------ Data in this exercise
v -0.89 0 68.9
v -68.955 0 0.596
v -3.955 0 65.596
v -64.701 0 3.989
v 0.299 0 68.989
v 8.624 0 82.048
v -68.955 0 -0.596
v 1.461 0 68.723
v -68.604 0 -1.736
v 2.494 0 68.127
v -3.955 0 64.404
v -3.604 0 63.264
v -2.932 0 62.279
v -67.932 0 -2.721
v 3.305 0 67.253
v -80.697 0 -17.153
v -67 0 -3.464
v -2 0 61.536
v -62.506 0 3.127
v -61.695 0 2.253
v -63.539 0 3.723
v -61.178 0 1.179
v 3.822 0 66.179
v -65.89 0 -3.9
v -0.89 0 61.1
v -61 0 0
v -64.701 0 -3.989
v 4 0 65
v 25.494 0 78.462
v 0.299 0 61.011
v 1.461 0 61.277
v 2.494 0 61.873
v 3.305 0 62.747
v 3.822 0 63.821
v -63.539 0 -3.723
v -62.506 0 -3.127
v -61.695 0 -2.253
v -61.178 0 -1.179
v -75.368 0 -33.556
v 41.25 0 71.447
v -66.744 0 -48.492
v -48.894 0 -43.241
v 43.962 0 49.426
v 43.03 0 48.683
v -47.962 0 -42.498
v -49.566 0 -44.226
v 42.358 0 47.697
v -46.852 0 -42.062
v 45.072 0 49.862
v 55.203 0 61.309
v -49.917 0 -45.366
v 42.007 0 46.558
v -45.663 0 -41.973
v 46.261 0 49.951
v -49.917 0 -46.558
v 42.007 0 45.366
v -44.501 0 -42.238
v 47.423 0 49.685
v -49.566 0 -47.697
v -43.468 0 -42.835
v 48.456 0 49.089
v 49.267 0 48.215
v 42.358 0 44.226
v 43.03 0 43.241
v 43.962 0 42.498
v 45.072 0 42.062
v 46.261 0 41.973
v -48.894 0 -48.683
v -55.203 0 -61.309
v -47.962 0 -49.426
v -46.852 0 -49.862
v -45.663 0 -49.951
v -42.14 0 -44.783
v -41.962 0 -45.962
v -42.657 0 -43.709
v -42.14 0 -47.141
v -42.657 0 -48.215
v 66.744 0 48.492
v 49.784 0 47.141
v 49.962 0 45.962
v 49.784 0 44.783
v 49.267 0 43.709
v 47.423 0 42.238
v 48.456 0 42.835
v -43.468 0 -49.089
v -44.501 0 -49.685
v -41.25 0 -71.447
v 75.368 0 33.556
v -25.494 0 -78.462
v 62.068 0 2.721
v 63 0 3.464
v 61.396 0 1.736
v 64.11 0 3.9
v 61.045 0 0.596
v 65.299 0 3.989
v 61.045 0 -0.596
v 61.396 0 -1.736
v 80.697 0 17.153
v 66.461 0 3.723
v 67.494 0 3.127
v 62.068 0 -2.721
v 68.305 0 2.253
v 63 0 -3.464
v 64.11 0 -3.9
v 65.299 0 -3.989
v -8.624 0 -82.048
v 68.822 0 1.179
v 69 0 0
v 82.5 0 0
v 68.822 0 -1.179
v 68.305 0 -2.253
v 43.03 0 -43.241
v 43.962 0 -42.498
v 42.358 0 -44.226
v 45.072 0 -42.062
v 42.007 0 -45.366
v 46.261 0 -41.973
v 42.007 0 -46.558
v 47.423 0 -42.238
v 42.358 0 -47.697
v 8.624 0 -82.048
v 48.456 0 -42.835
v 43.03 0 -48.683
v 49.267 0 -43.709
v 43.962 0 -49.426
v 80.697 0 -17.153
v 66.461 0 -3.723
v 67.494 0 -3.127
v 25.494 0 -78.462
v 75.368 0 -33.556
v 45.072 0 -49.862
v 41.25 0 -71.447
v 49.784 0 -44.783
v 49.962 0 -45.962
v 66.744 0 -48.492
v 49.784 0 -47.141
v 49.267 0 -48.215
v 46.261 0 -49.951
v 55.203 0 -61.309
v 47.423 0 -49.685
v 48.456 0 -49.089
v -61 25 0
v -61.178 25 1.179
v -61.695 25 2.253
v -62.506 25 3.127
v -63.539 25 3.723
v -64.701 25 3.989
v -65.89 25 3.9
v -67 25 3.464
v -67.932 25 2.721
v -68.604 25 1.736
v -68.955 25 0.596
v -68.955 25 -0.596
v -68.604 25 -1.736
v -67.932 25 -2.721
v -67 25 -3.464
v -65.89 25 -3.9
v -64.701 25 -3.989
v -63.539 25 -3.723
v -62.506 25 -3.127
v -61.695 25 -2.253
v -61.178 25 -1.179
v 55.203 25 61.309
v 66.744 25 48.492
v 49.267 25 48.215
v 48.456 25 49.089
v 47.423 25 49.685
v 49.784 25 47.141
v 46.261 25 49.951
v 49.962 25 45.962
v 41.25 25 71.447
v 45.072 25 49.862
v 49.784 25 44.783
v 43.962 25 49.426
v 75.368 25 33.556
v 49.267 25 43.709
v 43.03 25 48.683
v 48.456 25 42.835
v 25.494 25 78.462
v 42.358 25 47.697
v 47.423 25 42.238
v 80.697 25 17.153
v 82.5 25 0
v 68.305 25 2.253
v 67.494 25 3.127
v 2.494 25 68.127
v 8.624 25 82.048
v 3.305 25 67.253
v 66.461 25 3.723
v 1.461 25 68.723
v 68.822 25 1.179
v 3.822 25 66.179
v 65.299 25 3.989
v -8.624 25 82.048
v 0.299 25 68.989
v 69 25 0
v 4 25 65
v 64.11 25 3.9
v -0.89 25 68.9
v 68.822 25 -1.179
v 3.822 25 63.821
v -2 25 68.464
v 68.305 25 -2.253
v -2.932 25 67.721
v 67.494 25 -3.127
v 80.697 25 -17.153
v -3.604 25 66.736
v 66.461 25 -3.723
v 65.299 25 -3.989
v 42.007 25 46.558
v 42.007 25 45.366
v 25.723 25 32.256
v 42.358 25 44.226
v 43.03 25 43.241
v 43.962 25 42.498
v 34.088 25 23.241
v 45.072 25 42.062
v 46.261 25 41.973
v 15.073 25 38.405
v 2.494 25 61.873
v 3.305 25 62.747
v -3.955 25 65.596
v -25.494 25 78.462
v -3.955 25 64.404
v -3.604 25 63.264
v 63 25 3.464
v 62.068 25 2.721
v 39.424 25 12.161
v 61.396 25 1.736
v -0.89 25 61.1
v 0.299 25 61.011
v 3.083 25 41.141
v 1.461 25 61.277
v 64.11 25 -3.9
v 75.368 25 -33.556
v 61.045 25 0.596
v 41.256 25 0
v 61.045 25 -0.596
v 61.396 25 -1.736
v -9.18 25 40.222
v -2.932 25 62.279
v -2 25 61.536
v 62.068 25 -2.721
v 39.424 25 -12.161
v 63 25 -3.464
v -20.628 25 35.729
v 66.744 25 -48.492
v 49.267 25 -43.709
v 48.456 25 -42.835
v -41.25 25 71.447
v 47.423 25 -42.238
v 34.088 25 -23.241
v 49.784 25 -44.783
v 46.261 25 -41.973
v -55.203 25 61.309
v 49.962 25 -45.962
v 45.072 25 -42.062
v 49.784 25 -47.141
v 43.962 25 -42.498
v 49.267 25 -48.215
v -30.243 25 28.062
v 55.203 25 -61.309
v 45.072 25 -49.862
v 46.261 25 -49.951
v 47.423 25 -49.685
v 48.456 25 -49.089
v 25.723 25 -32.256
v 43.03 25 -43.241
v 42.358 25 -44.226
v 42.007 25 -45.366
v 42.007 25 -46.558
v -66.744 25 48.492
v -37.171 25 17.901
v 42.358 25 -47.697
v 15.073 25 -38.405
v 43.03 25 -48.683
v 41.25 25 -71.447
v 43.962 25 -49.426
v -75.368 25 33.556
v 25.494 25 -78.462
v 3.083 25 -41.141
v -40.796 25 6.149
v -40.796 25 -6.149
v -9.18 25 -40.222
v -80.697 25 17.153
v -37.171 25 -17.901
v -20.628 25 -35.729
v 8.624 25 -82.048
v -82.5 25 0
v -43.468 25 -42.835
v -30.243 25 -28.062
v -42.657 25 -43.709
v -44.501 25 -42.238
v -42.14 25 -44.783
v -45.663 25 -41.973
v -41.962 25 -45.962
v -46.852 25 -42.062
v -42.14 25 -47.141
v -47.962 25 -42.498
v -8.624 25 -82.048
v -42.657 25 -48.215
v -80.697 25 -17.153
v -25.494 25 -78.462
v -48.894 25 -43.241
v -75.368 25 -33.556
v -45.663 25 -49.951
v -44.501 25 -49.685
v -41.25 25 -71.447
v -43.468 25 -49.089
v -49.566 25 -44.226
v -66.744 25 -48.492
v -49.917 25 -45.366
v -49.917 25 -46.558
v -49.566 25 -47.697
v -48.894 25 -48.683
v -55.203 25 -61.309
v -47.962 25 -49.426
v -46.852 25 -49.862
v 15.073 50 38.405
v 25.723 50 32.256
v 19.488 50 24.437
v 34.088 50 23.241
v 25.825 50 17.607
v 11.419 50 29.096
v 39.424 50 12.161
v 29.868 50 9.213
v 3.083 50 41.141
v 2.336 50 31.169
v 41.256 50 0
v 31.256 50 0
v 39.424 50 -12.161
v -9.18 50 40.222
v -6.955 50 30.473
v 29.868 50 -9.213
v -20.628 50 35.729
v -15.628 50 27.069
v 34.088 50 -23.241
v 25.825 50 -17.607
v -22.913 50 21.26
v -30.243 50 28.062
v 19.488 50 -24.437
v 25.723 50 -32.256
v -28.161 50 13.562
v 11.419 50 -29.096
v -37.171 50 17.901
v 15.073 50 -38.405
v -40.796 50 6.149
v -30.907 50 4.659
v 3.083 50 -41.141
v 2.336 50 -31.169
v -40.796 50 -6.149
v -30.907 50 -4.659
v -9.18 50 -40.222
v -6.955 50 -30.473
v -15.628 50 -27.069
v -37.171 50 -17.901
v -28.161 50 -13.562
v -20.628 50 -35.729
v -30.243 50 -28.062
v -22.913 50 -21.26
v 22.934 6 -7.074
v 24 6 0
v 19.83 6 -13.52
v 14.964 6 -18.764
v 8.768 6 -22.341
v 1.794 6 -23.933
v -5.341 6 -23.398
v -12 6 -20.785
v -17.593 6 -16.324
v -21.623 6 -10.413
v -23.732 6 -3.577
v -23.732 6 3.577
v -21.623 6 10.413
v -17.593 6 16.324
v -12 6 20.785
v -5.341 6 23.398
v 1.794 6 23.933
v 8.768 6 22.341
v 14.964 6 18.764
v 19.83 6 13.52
------------
Work instructions: Begin at the line above that has "v 39.424 50 -12.161" and stop after the line that has "v -20.628 50 -35.729", copying each line exactly and adding nothing else.

Solution:
v 39.424 50 -12.161
v -9.18 50 40.222
v -6.955 50 30.473
v 29.868 50 -9.213
v -20.628 50 35.729
v -15.628 50 27.069
v 34.088 50 -23.241
v 25.825 50 -17.607
v -22.913 50 21.26
v -30.243 50 28.062
v 19.488 50 -24.437
v 25.723 50 -32.256
v -28.161 50 13.562
v 11.419 50 -29.096
v -37.171 50 17.901
v 15.073 50 -38.405
v -40.796 50 6.149
v -30.907 50 4.659
v 3.083 50 -41.141
v 2.336 50 -31.169
v -40.796 50 -6.149
v -30.907 50 -4.659
v -9.18 50 -40.222
v -6.955 50 -30.473
v -15.628 50 -27.069
v -37.171 50 -17.901
v -28.161 50 -13.562
v -20.628 50 -35.729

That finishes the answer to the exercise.